Cell biologist Dr Andrew Stone worked closely with Zotenko, and further analysed three categories of human breast cancer samples: from patients who have done well on endocrine therapy and have not relapsed; from patients who have gone on to relapse; and from the same patients after they have relapsed. 

The enhancer regions were exquisitely unmethylated in patients who did not go on to relapse; slightly methylated in patients who did go on to relapse; and heavily methylated in those patients after relapse.

“Our results show that the patients, who initially respond well to tamoxifen and other endocrine therapies, eventually develop resistance to drugs because of a gain of methylation of the oestrogen responsive enhancers,” said Dr Andrew Stone.

“We believe there is now the potential to screen oestrogen receptor positive breast cancer patients and predict how they will respond to endocrine therapy.”

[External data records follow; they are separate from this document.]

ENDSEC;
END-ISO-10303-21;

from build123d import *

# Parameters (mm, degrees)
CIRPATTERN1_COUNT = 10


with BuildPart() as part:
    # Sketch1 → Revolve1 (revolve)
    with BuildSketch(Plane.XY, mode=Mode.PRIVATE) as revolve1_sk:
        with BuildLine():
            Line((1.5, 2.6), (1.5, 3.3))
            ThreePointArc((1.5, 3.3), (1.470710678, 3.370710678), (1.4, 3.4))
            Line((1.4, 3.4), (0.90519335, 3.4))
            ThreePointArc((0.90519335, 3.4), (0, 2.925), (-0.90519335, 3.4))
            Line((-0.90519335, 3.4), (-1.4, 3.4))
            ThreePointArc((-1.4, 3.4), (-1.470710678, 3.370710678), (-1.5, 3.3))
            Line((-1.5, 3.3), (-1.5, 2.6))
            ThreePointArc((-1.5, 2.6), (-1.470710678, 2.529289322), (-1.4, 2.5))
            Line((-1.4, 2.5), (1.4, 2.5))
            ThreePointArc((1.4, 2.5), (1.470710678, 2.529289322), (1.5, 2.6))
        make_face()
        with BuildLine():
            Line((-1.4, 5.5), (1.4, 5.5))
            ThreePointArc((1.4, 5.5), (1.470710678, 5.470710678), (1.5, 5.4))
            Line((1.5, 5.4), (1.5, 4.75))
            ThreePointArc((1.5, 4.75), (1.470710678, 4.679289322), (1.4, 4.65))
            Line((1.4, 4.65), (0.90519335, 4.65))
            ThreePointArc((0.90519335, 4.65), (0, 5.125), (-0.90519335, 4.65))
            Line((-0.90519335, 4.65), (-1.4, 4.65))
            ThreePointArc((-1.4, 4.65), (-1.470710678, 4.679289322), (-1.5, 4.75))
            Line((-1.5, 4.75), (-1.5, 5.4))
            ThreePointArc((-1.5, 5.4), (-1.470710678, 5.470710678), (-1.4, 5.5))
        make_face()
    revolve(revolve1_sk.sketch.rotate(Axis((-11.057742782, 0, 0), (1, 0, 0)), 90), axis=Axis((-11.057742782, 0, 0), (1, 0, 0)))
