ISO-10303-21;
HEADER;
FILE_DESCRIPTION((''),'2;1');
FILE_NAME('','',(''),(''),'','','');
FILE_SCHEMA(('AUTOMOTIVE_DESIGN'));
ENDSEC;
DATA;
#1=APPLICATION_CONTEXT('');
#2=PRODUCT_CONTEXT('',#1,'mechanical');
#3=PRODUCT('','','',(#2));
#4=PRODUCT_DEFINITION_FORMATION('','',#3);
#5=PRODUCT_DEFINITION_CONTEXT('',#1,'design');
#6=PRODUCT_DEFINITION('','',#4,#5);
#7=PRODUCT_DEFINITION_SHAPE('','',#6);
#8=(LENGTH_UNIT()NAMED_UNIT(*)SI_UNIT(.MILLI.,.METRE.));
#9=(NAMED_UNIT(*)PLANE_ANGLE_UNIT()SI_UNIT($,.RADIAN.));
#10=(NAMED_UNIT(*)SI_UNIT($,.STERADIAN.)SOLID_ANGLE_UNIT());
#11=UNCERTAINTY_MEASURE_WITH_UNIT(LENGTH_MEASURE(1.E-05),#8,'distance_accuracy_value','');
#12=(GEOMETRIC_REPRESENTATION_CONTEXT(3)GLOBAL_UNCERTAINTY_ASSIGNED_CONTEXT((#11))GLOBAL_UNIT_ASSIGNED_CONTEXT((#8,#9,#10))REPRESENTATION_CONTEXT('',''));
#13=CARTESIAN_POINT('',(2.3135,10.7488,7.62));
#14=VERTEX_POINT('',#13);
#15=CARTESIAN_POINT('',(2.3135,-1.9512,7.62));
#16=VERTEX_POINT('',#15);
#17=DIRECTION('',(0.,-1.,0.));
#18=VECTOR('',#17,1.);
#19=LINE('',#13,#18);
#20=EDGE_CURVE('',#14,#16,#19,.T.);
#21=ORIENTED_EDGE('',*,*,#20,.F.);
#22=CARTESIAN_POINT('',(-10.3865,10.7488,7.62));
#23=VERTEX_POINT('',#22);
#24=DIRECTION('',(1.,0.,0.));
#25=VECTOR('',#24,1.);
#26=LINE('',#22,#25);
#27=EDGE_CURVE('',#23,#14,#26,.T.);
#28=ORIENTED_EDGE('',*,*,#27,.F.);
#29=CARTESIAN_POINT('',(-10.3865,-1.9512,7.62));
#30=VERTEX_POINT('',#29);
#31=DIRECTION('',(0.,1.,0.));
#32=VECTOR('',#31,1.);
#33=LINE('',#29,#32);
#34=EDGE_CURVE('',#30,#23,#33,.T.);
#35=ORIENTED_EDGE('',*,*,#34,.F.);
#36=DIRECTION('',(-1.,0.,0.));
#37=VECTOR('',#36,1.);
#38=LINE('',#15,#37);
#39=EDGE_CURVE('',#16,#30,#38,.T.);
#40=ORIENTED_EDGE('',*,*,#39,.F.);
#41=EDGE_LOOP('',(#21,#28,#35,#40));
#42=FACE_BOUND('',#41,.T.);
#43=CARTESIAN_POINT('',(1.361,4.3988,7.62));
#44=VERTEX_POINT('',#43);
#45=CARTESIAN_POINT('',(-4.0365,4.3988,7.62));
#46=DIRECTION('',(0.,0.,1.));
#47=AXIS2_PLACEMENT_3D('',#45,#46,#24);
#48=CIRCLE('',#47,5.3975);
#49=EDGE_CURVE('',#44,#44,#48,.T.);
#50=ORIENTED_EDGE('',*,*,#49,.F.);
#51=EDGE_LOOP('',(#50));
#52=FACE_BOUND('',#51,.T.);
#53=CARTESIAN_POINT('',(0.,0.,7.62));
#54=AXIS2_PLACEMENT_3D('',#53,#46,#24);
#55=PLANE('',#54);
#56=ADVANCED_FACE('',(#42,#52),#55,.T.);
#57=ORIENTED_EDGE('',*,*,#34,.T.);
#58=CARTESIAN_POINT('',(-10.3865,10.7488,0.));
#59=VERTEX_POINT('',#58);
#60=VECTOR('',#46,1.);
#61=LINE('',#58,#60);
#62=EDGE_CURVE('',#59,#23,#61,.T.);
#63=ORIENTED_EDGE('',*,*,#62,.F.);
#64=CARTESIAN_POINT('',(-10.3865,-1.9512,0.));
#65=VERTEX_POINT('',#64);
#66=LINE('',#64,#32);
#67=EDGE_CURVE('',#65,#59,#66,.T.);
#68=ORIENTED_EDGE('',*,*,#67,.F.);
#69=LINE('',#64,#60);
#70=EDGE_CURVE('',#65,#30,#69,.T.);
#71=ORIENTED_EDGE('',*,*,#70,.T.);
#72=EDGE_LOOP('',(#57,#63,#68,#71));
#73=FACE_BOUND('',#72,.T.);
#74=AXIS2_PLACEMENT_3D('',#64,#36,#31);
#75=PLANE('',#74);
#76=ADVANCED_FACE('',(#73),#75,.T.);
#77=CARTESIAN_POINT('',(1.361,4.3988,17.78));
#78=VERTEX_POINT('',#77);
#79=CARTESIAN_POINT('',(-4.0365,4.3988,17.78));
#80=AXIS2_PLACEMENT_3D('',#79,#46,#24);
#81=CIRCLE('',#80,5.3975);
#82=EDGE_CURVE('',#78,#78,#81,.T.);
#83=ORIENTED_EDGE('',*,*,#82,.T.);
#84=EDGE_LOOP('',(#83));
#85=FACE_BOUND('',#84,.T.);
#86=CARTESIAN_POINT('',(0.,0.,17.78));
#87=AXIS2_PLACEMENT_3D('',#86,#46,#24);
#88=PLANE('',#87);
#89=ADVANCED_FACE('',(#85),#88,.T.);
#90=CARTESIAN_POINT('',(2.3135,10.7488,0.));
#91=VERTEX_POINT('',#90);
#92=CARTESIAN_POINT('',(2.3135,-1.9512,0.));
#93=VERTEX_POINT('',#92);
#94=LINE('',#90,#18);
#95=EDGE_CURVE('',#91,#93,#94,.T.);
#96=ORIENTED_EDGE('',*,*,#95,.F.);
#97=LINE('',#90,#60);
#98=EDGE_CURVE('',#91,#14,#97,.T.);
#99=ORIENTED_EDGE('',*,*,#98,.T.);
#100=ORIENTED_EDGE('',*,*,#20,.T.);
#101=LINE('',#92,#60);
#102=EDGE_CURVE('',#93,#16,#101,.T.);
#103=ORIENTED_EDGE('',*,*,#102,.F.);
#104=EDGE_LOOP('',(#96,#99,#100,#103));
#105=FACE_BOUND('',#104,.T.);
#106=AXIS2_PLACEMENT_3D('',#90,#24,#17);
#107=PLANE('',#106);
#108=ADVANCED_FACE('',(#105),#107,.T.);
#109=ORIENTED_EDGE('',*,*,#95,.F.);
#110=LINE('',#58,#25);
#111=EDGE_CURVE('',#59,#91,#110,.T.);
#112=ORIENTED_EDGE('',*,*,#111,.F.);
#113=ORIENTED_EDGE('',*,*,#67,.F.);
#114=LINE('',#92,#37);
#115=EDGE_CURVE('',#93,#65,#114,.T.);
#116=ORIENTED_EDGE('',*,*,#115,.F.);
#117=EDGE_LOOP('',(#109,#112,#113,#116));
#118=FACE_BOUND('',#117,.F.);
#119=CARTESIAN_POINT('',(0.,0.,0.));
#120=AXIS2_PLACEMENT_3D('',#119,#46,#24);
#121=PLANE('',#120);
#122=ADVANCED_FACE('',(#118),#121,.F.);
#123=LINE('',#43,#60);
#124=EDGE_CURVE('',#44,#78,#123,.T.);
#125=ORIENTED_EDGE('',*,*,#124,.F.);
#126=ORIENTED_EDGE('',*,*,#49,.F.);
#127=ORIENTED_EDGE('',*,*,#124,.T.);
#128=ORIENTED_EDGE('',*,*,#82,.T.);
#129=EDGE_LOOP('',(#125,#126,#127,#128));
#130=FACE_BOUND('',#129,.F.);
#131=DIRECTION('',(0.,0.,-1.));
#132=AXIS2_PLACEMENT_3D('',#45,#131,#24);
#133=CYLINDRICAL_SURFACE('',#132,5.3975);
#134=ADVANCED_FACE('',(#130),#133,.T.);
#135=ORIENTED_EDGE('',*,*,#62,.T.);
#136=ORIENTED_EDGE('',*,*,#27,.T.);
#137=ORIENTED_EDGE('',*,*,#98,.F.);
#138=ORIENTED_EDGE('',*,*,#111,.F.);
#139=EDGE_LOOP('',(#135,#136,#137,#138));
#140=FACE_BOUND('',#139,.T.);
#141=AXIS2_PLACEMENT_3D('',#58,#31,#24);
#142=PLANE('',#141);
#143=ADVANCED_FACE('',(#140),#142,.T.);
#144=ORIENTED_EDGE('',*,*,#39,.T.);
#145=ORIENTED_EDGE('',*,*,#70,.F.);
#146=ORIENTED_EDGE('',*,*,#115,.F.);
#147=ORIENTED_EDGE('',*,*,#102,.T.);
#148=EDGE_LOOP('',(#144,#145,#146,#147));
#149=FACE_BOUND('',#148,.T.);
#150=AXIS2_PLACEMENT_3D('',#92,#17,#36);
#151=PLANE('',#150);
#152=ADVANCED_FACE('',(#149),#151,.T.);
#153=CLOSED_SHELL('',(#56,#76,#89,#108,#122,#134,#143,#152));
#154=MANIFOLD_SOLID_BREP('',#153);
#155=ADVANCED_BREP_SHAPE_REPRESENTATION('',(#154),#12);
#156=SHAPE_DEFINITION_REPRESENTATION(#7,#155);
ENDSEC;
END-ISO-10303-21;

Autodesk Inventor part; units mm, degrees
ref_plane "YZ Plane" through (0, 0, 0) normal (1, 0, 0) x (0, 1, 0)
ref_plane "XZ Plane" through (0, 0, 0) normal (0, 1, 0) x (-1, 0, 0)
ref_plane "XY Plane" through (0, 0, 0) normal (0, 0, 1) x (1, 0, 0)
sketch "Sketch1" plane through (0, 0, 0) normal (0, 0, 1) x (1, 0, 0)
  line L0 (-10.3865, 10.7488) -> (2.3135, 10.7488)
  line L1 (2.3135, 10.7488) -> (2.3135, -1.9512)
  line L2 (2.3135, -1.9512) -> (-10.3865, -1.9512)
  line L3 (-10.3865, -1.9512) -> (-10.3865, 10.7488)
  point P0 (0, 0)
  dimension "d0" = 12.7
  dimension "d1" = 12.7
extrude "Extrusion1" add sketch "Sketch1" along normal blind 7.62
sketch "Sketch2" plane through (0, 0, 7.62) normal (0, 0, 1) x (1, 0, 0)
  circle A0 centre (-4.0365, 4.3988) radius 5.3975
  point P0 (0, 0)
  dimension "d4" = 10.795
extrude "Extrusion2" add sketch "Sketch2" along normal blind 10.16
thread "Thread1" size "7/16-14 UNC" class "2A" standard "ANSI Unified Screw Threads" full length
properties part number "PSI Gauge Screw 1764"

The study is a ‘proof of principle’, and the research team will now investigate larger cohorts of patients.

“I often asked myself, Is cancer of the mamma due to some ovarian irritation, as from some defective steps in the cycle of ovarian changes; and if so, would the cell proliferation be brought to a standstill, or would the cells go to the fatty degeneration seen in lactation were the ovaries to be removed?”

2. In 1962, British Chemists from Imperial Chemical Industries (ICI) filed a patent for a chemical named ICI 46474, or tamoxifen, developed by hormone biologist Arthur Walpole and synthetic chemist Dora Richardson. Tamoxifen was intended as a birth control pill.

Rather than stimulating the production of oestrogen, the pill had the opposite effect, and was abandoned by ICI as a useless product.

Walpole did not abandon the project, however, and began to see the drug as a potential therapy against oestrogen-driven breast cancers. He found a clinical collaborator in Mary Cole, a Manchester oncologist and radiotherapist with a particular interest in breast cancer.

A trial was launched in the late summer of 1969. Forty-six women with breast cancer were treated with tablets of ICI 46474. In 10 patients, the response was immediate and obvious. Breast tumors shriveled visibly, lung metastases shrank, bone pain reduced and lymph nodes softened.

In 1973, the answer to Beatson’s riddle would finally become obvious when V Craig Jordan, a chemist working at the Worcester Foundation in Massachusetts investigated which cancers did, and which did not, respond to tamoxifen therapy. 

Jordan stained breast cancer cells for the oestrogen receptor, and found that those that expressed the receptor were highly responsive to tamoxifen, while those that lacked the estrogen receptor did not respond.